D.S. answers from New York on November 13, 2009
I haven't had a similiar experience but I have heard about this is my studies to become a nurse. Its a disorder called pica, it is characterized by eating non nutritional items and usually accompanies some type of vitamin deficiency. Supposedly, it's the body's way of identifying the deficiency and trying to correct it. Measures to correct the issue are generally simple, not allowing items that have no nutritional value and replacing that habit with a better one. I would recommend talking to your pediatrician to determine if there is a vitamin deficiency and to discuss what to do. However, it depends on your doctor, some say kids will grow out of it while others will try to find the cause. Good luck!
J.K. answers from Cleveland on November 16, 2009
Ok so I read your request and was going to reply "oh yeah my son does this all the time, no big deal" Now I have read the other posts and am thinking I need to look into this? However, he eats great, there is nothing he won't eat and also takes a daily vitamin. I know he is very healthy, so is it possible it is a texture thing? My mom tells me I also did this as a child, and according to her I said that I did it because "i liked the way it felt".
I did however put my foot down when I realized he was putting them in his nose. We had a talk about how things don't go in your nose, and so far, no more fuzzies have appeared in the nostril.
I will be curious to hear what happens!
K.K. answers from Indianapolis on November 15, 2009
My oldest did the same thing at about the same age! He started pulling fuzz off of the throw pillows on our couch, and was licking the touch and feel books that had fuzzy guys. It didn't last long at all; I'd say no more than 4 months or so. We just told him it was yucky and not to do it, but didn't make a big deal out of it or punish. He was a very healthy little guy, so it wasn't pica or anything.

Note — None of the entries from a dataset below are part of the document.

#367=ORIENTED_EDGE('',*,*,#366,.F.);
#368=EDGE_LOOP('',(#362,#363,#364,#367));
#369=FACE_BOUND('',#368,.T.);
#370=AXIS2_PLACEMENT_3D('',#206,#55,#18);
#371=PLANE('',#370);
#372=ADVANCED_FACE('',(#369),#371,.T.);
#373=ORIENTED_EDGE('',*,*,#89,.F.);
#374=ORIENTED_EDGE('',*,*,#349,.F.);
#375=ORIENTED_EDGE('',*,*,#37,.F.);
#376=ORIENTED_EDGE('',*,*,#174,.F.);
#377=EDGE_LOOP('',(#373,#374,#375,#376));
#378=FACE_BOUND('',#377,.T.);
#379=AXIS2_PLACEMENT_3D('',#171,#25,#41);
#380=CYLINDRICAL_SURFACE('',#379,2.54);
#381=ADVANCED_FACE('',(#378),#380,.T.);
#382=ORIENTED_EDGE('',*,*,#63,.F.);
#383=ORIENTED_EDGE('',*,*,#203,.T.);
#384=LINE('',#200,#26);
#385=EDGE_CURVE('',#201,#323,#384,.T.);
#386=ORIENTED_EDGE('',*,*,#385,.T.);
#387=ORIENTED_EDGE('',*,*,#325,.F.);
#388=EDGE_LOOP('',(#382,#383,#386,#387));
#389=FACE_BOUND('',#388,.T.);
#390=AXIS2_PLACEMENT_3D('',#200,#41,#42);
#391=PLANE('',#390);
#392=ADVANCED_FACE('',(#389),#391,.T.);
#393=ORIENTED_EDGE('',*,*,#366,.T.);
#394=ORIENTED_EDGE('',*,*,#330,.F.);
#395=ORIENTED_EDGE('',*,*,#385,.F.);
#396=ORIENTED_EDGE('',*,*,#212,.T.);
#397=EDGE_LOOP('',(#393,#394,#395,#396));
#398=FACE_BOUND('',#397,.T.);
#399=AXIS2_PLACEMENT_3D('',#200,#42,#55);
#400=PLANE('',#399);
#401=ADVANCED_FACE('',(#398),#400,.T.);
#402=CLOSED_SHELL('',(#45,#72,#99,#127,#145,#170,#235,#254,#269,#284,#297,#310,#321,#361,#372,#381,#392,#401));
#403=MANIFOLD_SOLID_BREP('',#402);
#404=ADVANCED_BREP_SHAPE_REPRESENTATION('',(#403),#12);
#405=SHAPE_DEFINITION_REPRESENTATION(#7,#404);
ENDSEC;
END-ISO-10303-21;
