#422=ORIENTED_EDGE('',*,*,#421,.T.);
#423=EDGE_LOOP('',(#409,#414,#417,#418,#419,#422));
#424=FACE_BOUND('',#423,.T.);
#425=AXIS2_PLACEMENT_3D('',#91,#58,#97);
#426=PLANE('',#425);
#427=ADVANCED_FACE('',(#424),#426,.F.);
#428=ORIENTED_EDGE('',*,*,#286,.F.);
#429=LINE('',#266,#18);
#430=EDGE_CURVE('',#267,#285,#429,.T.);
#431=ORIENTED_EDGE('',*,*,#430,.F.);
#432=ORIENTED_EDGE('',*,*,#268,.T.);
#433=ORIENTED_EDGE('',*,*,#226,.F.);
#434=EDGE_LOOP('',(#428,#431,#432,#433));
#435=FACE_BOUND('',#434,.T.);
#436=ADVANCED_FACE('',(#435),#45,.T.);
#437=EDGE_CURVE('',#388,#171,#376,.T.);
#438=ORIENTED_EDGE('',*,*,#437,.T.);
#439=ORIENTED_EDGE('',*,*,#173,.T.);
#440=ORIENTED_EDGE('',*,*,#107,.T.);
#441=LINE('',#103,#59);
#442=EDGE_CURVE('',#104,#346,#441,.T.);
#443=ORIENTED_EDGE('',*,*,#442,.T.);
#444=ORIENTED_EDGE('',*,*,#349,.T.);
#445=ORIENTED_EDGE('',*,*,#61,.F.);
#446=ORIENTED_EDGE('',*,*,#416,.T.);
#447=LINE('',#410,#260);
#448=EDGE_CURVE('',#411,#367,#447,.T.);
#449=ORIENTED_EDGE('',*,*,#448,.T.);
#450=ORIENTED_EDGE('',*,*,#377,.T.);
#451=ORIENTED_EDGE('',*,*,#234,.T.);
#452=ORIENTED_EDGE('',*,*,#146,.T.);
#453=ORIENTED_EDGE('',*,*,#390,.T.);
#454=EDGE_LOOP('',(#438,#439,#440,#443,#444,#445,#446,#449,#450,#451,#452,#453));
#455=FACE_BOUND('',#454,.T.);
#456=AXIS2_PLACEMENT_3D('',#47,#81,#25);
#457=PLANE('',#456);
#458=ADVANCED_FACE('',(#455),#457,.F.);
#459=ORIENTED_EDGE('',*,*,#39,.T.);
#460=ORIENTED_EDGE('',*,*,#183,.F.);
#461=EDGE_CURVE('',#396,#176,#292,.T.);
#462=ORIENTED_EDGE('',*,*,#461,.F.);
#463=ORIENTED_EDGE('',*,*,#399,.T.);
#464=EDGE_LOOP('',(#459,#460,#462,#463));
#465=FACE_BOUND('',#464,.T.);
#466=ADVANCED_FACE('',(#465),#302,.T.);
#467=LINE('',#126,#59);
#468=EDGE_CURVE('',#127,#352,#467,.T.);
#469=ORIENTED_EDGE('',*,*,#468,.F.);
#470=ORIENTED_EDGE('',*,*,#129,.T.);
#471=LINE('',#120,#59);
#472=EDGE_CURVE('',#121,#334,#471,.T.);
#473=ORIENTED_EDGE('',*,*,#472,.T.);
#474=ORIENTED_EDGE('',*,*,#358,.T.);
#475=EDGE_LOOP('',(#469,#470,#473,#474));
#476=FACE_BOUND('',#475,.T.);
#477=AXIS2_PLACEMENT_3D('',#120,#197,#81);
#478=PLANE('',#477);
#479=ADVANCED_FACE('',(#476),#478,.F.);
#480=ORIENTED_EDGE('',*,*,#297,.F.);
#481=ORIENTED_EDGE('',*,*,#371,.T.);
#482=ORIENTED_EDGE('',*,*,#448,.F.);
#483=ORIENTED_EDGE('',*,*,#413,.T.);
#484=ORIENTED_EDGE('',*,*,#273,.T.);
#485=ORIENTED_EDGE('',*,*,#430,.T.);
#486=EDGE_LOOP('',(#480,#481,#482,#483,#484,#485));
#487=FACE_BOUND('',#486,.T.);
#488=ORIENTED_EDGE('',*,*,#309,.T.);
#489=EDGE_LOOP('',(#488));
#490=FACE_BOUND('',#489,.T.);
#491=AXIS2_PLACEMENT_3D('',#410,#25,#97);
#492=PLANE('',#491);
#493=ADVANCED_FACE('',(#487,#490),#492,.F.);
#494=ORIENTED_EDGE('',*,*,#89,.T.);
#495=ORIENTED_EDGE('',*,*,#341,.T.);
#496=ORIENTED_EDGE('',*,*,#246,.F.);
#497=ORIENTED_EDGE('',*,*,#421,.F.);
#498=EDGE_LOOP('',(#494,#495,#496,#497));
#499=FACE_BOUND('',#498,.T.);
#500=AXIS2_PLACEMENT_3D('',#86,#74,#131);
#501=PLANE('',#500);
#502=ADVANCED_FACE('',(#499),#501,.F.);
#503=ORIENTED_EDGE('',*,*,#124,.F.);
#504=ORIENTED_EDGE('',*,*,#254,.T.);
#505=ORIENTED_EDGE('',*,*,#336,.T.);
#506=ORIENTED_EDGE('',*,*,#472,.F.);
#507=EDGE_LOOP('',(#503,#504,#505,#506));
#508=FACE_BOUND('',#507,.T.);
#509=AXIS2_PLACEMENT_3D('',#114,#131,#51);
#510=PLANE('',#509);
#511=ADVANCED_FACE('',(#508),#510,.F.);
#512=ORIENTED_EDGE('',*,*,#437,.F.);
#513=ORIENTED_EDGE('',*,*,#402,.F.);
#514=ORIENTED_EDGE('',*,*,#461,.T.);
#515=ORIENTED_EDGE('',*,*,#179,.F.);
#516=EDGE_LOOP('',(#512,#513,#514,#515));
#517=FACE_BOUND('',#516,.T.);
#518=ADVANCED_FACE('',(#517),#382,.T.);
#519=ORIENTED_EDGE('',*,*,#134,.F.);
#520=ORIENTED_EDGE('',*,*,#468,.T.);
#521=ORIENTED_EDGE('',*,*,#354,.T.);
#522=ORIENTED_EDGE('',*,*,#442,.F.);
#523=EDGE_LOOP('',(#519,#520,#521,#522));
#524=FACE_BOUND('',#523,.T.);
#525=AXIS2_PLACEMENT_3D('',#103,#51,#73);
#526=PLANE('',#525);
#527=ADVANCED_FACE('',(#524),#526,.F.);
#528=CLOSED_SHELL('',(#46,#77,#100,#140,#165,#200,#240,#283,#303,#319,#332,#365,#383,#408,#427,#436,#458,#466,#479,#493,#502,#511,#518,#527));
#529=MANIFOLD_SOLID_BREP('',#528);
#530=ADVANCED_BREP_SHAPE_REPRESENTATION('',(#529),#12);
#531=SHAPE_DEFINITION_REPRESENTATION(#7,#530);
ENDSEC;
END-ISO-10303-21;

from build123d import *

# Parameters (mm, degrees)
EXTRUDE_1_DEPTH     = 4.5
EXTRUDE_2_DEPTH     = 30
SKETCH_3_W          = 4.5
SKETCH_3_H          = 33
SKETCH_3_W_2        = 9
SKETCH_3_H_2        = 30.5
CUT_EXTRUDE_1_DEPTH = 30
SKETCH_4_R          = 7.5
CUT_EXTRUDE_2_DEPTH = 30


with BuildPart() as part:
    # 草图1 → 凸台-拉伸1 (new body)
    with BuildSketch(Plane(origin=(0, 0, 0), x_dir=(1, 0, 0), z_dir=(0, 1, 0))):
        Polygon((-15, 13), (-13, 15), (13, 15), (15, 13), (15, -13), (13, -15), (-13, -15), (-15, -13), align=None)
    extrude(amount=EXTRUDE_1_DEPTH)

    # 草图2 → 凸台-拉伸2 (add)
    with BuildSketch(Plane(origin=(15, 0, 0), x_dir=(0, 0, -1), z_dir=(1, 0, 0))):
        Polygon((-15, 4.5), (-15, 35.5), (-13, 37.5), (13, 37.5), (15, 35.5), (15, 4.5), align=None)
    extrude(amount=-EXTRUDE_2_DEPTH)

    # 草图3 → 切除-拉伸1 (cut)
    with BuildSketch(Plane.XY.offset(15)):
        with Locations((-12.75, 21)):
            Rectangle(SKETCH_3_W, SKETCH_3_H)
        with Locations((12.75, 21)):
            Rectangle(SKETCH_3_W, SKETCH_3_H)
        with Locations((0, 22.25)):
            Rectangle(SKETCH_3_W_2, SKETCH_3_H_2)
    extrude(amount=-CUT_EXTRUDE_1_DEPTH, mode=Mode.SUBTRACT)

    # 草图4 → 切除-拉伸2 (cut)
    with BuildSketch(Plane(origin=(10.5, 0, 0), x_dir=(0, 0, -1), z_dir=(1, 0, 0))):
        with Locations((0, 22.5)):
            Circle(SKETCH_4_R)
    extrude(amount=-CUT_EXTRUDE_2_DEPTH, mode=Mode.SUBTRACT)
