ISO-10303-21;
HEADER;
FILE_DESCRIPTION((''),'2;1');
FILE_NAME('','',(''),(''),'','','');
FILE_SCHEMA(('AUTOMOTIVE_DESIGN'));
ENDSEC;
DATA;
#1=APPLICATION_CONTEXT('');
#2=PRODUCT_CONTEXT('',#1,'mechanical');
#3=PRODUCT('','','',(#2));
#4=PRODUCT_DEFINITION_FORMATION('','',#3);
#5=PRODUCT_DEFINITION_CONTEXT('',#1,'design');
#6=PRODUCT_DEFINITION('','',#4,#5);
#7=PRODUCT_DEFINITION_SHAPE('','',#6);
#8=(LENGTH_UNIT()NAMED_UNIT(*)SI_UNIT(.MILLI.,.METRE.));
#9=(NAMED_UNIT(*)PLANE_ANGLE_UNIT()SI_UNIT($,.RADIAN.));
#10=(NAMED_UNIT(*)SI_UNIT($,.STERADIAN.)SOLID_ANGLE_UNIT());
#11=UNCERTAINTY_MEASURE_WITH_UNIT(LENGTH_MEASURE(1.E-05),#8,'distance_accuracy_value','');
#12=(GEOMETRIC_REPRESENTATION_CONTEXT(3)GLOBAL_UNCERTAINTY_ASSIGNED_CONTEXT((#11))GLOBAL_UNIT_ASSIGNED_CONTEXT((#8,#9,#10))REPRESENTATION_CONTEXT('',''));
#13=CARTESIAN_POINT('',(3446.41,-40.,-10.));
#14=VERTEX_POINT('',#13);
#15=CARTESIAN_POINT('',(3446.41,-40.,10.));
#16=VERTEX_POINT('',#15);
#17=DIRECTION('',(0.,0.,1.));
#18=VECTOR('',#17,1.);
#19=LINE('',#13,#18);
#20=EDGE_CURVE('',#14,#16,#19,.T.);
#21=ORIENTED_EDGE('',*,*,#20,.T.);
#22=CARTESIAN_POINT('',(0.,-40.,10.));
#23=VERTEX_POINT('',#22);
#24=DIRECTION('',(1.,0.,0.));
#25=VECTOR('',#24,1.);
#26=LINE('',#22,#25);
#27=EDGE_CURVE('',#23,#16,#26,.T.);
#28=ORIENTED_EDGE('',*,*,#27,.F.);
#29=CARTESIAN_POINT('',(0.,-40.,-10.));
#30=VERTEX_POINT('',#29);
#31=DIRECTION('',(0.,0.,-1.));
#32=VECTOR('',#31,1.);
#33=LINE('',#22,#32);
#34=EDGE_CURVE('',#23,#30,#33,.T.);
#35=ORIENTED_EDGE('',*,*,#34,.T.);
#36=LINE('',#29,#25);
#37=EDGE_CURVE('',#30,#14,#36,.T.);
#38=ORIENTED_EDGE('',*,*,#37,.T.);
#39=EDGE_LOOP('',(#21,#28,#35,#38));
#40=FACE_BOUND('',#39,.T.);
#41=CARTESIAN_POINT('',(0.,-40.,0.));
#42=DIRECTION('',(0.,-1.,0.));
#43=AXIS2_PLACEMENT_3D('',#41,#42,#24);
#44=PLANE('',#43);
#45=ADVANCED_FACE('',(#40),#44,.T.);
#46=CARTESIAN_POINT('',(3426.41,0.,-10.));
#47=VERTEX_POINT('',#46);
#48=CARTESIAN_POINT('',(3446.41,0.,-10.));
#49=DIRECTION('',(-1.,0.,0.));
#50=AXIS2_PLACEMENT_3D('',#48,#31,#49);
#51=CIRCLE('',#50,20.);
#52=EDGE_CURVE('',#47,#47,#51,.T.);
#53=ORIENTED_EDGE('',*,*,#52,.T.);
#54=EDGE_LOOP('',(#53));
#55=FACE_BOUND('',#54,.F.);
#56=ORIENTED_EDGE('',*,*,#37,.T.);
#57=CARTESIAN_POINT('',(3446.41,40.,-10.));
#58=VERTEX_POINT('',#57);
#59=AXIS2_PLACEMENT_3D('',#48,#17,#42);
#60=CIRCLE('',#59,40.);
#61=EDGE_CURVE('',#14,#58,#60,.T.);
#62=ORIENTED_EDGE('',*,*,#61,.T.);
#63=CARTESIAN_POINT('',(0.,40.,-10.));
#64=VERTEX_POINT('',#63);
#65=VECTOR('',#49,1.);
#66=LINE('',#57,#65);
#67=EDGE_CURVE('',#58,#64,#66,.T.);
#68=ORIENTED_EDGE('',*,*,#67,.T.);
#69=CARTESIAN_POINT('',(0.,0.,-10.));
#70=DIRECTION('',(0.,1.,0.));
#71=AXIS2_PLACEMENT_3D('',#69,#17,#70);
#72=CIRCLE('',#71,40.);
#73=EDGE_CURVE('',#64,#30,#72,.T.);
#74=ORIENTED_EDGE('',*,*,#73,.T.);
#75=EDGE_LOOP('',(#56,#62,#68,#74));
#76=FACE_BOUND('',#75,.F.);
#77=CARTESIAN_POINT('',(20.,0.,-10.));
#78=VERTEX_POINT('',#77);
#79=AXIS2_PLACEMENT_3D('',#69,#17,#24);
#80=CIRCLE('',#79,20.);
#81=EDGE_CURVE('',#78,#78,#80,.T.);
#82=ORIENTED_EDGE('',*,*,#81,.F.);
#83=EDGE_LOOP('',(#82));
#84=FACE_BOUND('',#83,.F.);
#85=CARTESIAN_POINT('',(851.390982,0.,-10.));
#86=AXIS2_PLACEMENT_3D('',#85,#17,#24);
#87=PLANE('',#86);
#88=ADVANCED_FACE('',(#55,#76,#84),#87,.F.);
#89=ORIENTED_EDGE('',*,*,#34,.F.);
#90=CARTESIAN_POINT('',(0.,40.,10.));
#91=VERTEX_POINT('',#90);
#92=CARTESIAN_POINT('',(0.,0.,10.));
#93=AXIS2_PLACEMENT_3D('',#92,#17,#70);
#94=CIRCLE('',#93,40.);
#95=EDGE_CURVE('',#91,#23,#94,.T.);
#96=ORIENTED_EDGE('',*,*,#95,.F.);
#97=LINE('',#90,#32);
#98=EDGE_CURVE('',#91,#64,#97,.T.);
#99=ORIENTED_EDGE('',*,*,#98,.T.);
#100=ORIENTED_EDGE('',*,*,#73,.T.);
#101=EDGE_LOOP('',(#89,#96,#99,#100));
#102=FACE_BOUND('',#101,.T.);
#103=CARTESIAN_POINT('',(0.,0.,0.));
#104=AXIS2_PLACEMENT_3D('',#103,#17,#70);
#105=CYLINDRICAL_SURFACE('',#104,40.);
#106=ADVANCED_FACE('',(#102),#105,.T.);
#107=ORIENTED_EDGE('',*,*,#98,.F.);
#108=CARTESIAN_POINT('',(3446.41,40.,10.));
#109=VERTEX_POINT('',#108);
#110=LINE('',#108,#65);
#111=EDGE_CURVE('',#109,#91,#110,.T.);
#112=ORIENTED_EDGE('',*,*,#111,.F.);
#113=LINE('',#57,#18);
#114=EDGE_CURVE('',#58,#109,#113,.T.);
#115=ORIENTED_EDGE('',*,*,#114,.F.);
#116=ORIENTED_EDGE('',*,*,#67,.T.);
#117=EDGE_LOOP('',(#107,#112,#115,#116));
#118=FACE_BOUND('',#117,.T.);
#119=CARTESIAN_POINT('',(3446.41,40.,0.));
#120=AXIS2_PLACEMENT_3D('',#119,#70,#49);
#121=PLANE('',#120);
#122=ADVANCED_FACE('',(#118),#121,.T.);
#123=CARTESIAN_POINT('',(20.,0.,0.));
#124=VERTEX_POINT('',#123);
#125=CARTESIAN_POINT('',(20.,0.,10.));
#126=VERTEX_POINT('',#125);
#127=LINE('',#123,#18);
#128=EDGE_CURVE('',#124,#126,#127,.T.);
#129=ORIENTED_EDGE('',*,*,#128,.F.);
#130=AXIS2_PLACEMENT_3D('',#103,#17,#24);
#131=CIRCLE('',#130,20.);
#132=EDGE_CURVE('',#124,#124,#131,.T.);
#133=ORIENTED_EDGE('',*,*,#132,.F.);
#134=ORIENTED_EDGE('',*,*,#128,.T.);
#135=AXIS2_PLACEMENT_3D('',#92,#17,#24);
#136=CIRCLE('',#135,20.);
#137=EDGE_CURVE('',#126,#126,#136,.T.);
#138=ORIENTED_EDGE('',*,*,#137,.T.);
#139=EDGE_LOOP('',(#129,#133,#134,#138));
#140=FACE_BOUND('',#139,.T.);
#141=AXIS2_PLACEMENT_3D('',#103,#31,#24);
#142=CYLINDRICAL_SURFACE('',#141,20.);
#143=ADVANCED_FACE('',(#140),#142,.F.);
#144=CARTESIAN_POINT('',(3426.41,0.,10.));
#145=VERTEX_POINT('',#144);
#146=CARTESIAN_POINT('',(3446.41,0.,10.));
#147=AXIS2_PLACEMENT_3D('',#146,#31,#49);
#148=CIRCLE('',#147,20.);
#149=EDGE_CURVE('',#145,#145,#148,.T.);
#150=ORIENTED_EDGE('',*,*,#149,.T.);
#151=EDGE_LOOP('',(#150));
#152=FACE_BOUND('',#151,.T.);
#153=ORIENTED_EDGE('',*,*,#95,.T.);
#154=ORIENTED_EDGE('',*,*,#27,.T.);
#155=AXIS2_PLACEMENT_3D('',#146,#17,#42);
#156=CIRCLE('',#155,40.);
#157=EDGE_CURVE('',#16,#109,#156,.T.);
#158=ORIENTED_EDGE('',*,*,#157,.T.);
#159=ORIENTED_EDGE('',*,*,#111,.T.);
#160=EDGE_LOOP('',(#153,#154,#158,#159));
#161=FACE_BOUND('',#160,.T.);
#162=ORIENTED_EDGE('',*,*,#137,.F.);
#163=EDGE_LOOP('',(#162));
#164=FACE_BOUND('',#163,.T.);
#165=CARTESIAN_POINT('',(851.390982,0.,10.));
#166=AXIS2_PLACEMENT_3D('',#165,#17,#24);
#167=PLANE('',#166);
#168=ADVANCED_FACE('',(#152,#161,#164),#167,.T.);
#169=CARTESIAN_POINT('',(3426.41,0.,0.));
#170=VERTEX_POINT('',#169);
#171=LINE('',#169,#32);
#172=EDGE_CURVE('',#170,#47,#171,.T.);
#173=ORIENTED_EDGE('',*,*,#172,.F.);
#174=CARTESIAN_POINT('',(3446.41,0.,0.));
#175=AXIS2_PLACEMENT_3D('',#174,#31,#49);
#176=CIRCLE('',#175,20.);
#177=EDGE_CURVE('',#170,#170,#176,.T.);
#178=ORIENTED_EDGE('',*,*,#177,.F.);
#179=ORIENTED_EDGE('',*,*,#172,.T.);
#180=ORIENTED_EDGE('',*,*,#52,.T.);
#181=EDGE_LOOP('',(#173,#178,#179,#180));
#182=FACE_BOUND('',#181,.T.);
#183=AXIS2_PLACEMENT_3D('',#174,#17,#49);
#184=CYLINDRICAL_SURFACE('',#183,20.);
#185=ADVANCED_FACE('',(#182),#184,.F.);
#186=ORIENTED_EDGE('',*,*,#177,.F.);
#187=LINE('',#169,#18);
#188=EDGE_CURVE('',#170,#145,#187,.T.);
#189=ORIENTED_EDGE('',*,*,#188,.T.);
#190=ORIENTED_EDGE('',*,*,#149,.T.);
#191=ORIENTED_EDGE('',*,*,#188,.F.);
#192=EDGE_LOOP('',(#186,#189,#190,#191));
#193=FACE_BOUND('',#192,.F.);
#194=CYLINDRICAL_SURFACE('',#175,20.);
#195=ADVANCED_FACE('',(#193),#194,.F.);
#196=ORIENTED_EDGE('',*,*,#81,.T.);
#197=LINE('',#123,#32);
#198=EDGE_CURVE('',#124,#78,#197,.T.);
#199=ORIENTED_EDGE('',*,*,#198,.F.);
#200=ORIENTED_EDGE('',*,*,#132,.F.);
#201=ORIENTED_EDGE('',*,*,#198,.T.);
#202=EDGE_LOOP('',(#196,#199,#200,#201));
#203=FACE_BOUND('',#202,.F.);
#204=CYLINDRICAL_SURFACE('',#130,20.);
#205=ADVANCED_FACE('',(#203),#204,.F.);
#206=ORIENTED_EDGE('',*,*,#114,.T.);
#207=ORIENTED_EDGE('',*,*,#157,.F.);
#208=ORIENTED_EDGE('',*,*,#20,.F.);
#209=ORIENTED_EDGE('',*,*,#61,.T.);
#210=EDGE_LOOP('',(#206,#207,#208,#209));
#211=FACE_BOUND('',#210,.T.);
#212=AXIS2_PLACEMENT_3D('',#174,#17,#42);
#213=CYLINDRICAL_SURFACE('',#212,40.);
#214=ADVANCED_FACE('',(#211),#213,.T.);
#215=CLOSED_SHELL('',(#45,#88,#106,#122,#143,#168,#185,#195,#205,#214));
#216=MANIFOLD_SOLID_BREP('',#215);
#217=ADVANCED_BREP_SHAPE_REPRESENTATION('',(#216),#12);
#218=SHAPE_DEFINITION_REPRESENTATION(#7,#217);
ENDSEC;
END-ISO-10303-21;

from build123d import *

# Parameters (mm, degrees)
F0_R     = 20
F1_DEPTH = 10


with BuildPart() as f1:
    # F0 (on Top) → F1 (new body, symmetric)
    with BuildSketch(Plane.XY):
        with BuildLine():
            Line((1723.205, -40), (1723.205, 0))
            Line((1723.205, 0), (1723.205, 40))
            Line((1723.205, 40), (0, 40))
            ThreePointArc((0, 40), (-40, 0), (0, -40))
            Line((0, -40), (1723.205, -40))
        make_face()
        Circle(F0_R, mode=Mode.SUBTRACT)
        with BuildLine():
            Line((1723.205, 40), (1723.205, 0))
            Line((1723.205, 0), (1723.205, -40))
            Line((1723.205, -40), (3446.41, -40))
            ThreePointArc((3446.41, -40), (3486.41, 0), (3446.41, 40))
            Line((3446.41, 40), (1723.205, 40))
        make_face()
        with BuildLine():
            ThreePointArc((3466.41, 0), (3446.41, -20), (3426.41, 0))
            ThreePointArc((3426.41, 0), (3446.41, 20), (3466.41, 0))
        make_face(mode=Mode.SUBTRACT)
    extrude(amount=F1_DEPTH, both=True)


solid = f1.part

N.M. answers from South Bend on November 15, 2009
Oh honey, he is going to end up with one heck of a hairball in his intestines. It refered to as the Repunzal syndrome. I would talk to his ped about how to break him of this habit. Good Luck
E.F. answers from San Francisco on April 08, 2013
My daughter started with this habit around 8 months of age, she is now 4 1/2 years and still eats fuzz. I already mentioned to the pediatrician many times and told them how concerned i am about her getting fuzz acumulated in her stomach and getting an infection in the future. He tells me no to worry about it as long as she eats and goes poopoo normally.
B.D. answers from Lafayette on November 16, 2009
I don't really have any advice. But, i will tell you that my son has eaten fuzz for as long as i can remember. He was diagnosed with PDD(ons) [Pervasive Development Disorder (otherwise not specified)]. It falls on the autism spectrum. But it basically means that he displays characteristics of but not enough to give a viable diagnosis. I assume that his diagnosis has something to do with him doing this. By the way he is now nearly nine and still does it.
I am not in anyway saying that you child has this issue I am just telling you what i have experienced.
It could also be a sensory need that he is trying to fill. Oral sensory or something. Call 1st steps and ask them if you can talk with an occupational therapist about it. They might let you do it without an evaluation. They might have tips or theories on why he does it.
sorry I don't have all the answers, but i hope this is a start.